# Competency to Work Safely on MH gas and electrics



## BJT (Oct 31, 2008)

Without trying to be pompous or a kill-joy, some of the questions that are posted on the forum about work on electrics (mains or 12v) and gas cause me great concern. 
As I have recently advised on another post, recent changes to Regulations (2008) mean that work on mains electrics by DIY is limited to simple tasks such as replacing a broken socket or switch. Any significant work must be carried out and certified by a person with the appropriate level of competency and registered with the proper authorities. ANY gas work must be carried out by a competent person registered with Gas Safe, CORGI is now defunct production of a CORGI certificate is no good.
These changes to the regulations were made as too many serious accidents,often fatal, were still occurring. I worked on both gas and electric for many years, and have copies of the current regulations in my library. But I will not do any work on gas systems, or electrics, as it will invalidate all insutance.
I may cost you a whack to get any work done, but your insurance is not imperiled (that a good word for Saturday night); and all responsibility for ensuring a safe installation is in the hands of the registered tradesman. 
12v and 230v do not mix, they are completely different systems. Seek advice if you are at all unsure, but most of all read the instructions!!


----------



## JohnsCrossMotorHomes (Jul 21, 2007)

Hi,

I am not sure whether these new regulations apply to motorhomes, I know they do as regards domestic homes like adding new 13 amp spurs etc and maybe a replacement 13amp socket.

Commercial organisations like ourselves do have to have qualified and acredited technicians to carry out chargeable work and it is also a condition of NCC certified workshops but the ordinary motor home owner doing electrical work............... ?

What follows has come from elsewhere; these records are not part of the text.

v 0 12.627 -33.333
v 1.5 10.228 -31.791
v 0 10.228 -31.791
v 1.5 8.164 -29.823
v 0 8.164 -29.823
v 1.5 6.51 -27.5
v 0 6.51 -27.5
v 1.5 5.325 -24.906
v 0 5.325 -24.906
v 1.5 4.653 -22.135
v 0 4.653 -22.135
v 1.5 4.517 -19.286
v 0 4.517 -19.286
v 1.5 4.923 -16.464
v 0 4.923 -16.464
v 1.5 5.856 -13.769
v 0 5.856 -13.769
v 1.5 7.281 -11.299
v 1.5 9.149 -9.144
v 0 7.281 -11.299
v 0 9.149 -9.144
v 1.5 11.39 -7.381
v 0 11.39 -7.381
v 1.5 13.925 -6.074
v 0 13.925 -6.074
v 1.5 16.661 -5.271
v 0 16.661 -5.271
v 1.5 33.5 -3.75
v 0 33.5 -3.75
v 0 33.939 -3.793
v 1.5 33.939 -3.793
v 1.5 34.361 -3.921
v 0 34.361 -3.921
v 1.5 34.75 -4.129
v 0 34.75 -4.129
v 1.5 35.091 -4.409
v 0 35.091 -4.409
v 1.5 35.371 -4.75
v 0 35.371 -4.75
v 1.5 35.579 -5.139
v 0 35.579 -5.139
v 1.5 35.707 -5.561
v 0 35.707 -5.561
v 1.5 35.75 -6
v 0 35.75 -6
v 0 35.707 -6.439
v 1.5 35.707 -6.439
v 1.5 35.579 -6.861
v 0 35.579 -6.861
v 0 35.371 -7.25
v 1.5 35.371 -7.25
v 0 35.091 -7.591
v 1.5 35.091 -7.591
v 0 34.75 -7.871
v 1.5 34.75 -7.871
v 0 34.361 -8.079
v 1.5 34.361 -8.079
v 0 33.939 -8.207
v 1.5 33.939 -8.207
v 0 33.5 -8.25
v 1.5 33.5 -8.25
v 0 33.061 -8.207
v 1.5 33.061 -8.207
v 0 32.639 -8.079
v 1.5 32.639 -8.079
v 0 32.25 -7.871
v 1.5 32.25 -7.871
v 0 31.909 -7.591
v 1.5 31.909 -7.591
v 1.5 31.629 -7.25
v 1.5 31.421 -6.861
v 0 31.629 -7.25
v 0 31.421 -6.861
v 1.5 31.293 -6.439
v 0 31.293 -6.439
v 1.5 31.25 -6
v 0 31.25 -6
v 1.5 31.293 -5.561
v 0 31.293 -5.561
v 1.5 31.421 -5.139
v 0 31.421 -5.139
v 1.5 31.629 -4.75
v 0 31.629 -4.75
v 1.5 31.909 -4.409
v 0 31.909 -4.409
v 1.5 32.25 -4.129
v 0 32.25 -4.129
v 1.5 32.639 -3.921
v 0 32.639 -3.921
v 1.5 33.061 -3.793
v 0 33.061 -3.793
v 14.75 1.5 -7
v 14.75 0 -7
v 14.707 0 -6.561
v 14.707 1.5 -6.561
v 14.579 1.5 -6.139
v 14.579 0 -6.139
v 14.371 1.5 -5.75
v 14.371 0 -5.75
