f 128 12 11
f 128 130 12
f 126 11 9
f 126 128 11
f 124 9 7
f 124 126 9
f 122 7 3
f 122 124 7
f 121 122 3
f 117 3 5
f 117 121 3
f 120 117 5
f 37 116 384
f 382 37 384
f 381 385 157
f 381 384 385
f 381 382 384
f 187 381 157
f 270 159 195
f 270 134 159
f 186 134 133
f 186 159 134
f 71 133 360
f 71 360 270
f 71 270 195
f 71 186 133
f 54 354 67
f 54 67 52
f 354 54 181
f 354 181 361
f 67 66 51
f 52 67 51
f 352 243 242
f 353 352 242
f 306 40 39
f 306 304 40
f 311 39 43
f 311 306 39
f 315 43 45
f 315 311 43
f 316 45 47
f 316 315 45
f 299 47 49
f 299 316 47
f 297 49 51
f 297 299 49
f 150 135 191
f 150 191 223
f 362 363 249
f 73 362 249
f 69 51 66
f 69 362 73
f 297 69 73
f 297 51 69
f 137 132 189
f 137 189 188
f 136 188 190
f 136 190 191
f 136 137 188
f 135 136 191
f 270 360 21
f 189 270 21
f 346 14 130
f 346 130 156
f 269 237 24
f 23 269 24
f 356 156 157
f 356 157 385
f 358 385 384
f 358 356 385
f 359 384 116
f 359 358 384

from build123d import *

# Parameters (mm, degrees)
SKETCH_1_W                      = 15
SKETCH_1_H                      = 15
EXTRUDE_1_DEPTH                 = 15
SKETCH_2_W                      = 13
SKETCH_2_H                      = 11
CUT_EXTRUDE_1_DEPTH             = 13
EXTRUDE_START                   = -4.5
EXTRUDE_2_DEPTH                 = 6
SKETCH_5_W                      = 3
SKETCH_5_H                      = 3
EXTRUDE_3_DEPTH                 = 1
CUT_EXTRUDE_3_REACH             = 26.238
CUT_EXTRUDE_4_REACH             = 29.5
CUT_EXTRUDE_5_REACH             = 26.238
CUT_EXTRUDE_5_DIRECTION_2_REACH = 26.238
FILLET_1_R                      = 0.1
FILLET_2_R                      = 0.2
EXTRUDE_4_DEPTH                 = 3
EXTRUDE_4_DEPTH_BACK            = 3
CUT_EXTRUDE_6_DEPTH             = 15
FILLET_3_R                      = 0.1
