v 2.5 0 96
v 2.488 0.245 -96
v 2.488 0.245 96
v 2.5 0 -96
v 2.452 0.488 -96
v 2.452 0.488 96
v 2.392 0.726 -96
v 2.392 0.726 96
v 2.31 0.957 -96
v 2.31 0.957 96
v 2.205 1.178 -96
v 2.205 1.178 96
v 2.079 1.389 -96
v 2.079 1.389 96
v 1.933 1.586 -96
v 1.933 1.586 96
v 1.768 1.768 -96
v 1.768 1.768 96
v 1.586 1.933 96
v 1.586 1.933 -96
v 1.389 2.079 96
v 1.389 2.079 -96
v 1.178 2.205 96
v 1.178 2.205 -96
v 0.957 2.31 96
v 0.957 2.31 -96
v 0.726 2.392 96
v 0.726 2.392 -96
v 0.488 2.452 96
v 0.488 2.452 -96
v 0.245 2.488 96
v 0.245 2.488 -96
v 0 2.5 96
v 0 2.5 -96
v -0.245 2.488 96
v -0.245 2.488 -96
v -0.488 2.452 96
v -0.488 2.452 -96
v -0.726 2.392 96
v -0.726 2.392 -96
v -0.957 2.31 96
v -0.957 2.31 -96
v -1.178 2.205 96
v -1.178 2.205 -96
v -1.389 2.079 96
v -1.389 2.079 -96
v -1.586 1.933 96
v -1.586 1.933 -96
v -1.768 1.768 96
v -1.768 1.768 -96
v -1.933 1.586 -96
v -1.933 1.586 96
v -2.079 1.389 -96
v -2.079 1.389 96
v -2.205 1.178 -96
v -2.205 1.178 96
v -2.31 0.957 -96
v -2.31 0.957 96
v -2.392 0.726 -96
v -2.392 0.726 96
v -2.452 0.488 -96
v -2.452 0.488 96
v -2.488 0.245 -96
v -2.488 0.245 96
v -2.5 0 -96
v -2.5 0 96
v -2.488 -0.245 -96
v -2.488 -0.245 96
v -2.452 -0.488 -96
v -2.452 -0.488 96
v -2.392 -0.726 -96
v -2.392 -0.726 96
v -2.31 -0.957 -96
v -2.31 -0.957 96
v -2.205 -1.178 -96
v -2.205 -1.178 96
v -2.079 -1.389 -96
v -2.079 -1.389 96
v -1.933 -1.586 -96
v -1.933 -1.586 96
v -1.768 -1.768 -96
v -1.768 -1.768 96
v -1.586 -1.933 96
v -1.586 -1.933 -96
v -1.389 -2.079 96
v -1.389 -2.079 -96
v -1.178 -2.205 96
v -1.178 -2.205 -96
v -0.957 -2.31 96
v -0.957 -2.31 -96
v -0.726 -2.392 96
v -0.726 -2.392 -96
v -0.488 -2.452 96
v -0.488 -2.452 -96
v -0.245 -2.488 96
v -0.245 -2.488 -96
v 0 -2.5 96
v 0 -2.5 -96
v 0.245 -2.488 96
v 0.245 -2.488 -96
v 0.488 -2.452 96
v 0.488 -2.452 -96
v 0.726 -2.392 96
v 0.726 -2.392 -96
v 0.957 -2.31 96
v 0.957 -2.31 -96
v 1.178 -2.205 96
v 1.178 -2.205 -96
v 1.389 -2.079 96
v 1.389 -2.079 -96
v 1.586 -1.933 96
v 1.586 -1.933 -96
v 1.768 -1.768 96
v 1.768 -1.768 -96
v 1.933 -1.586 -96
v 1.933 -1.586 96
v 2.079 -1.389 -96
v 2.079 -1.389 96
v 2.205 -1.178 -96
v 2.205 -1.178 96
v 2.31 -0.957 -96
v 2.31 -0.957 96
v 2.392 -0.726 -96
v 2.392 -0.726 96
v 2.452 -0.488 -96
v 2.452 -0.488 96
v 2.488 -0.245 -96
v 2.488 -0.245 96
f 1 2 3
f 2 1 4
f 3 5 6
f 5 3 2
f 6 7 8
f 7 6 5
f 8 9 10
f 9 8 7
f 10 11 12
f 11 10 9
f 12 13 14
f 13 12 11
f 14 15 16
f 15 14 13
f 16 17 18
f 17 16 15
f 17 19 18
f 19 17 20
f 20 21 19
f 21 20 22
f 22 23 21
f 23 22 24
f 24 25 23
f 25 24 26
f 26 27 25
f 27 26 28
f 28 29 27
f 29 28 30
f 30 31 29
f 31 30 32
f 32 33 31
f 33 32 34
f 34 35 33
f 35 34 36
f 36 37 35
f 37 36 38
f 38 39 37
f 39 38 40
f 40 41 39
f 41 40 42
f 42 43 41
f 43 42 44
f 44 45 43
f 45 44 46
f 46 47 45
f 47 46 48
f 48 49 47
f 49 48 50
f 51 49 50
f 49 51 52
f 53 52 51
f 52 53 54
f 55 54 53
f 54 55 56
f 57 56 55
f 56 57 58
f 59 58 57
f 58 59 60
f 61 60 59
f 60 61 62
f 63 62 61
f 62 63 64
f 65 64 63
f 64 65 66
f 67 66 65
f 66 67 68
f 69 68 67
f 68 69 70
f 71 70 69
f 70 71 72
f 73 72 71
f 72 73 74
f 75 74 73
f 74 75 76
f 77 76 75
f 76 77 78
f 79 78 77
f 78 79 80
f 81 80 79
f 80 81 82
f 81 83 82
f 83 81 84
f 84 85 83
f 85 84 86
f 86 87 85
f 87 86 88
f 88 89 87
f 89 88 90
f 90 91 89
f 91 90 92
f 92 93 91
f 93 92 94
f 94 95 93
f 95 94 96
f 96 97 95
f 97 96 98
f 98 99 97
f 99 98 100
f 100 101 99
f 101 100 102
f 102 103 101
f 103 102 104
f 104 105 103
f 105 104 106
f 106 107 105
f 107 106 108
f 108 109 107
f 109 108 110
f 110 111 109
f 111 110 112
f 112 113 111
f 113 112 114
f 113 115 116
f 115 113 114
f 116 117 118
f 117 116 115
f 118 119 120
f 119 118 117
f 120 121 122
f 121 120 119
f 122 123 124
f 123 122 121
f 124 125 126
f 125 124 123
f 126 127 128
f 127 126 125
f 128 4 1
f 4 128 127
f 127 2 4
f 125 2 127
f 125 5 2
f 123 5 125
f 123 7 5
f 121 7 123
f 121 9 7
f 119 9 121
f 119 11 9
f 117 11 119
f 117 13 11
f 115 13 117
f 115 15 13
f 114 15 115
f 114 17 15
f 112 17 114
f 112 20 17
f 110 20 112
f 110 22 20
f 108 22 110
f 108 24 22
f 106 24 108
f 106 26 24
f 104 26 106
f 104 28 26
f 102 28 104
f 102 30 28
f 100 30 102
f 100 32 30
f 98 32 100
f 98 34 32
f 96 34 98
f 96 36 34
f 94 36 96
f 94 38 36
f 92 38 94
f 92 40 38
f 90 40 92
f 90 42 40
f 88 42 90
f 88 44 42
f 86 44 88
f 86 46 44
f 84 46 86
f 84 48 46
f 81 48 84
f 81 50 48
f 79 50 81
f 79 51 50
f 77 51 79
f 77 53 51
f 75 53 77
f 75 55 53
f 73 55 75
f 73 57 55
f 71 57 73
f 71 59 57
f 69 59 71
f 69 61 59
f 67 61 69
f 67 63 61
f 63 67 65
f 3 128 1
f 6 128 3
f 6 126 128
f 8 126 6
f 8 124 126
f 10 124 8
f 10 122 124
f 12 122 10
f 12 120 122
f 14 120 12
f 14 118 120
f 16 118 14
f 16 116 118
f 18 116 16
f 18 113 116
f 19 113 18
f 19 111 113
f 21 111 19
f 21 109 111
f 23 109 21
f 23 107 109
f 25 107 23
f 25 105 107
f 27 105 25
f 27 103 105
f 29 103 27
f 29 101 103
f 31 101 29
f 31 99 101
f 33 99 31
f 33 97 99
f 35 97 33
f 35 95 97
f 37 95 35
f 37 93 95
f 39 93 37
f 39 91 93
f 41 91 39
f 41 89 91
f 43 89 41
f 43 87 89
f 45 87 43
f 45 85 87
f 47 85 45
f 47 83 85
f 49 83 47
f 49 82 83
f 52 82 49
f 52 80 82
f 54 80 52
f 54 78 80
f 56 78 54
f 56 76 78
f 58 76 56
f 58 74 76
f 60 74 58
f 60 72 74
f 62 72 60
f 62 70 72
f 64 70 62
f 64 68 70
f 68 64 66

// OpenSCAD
$fn = 64;
length = 192;
dia = 5.0;

cylinder(h=length, r=dia/2, center=true);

Whilst I definately agree as to gas and appliances being serviced professionaly and thats not because I have a vested interest!

Peter


----------



## airstream (Jan 7, 2009)

Hi,
Can you please quote the new regs re gas/electrics for privately owned motorhomes and owners who work on them
The last regs exempted private motorhomers the only requirement being that the work was carried out by a competent person -not corgi/gas safe registered or equiv electrical qualification as long as the works were not on hire vehicles or for reward 
To say that a private individual is now not able to work on his/her own vehicle is unenforceable ?
CITO run 2 day courses for caravan "engineers" to enable them to work on customer vehicles - 2 days!!! I was 6 years in my apprentiship and you are saying I am not competent now I am retired 
So more info please specific to owners working on own motorhomes
Ray


----------



## CliveMott (Mar 10, 2008)

I don,t believe that V17 of the IEE regs is applicable legally to you working on your own vehicle. Similarly the gas regulations don,t apply to your own mobile as they would in a fixed application. Perhaps they should.
BUT once you sell the vehicle then a lot of responsibility falls on you and if you rent the vehicle out then its a totally different ball game.

The viewpoint of your insurance underwriter would no doubt point you towards applying to all the regs applicable to domestic applications. But I don,t believe that many professionally volume built motorhomes would fully comply anyway with wiring harnesses containing both mains and low voltage cabling in the same sheathing.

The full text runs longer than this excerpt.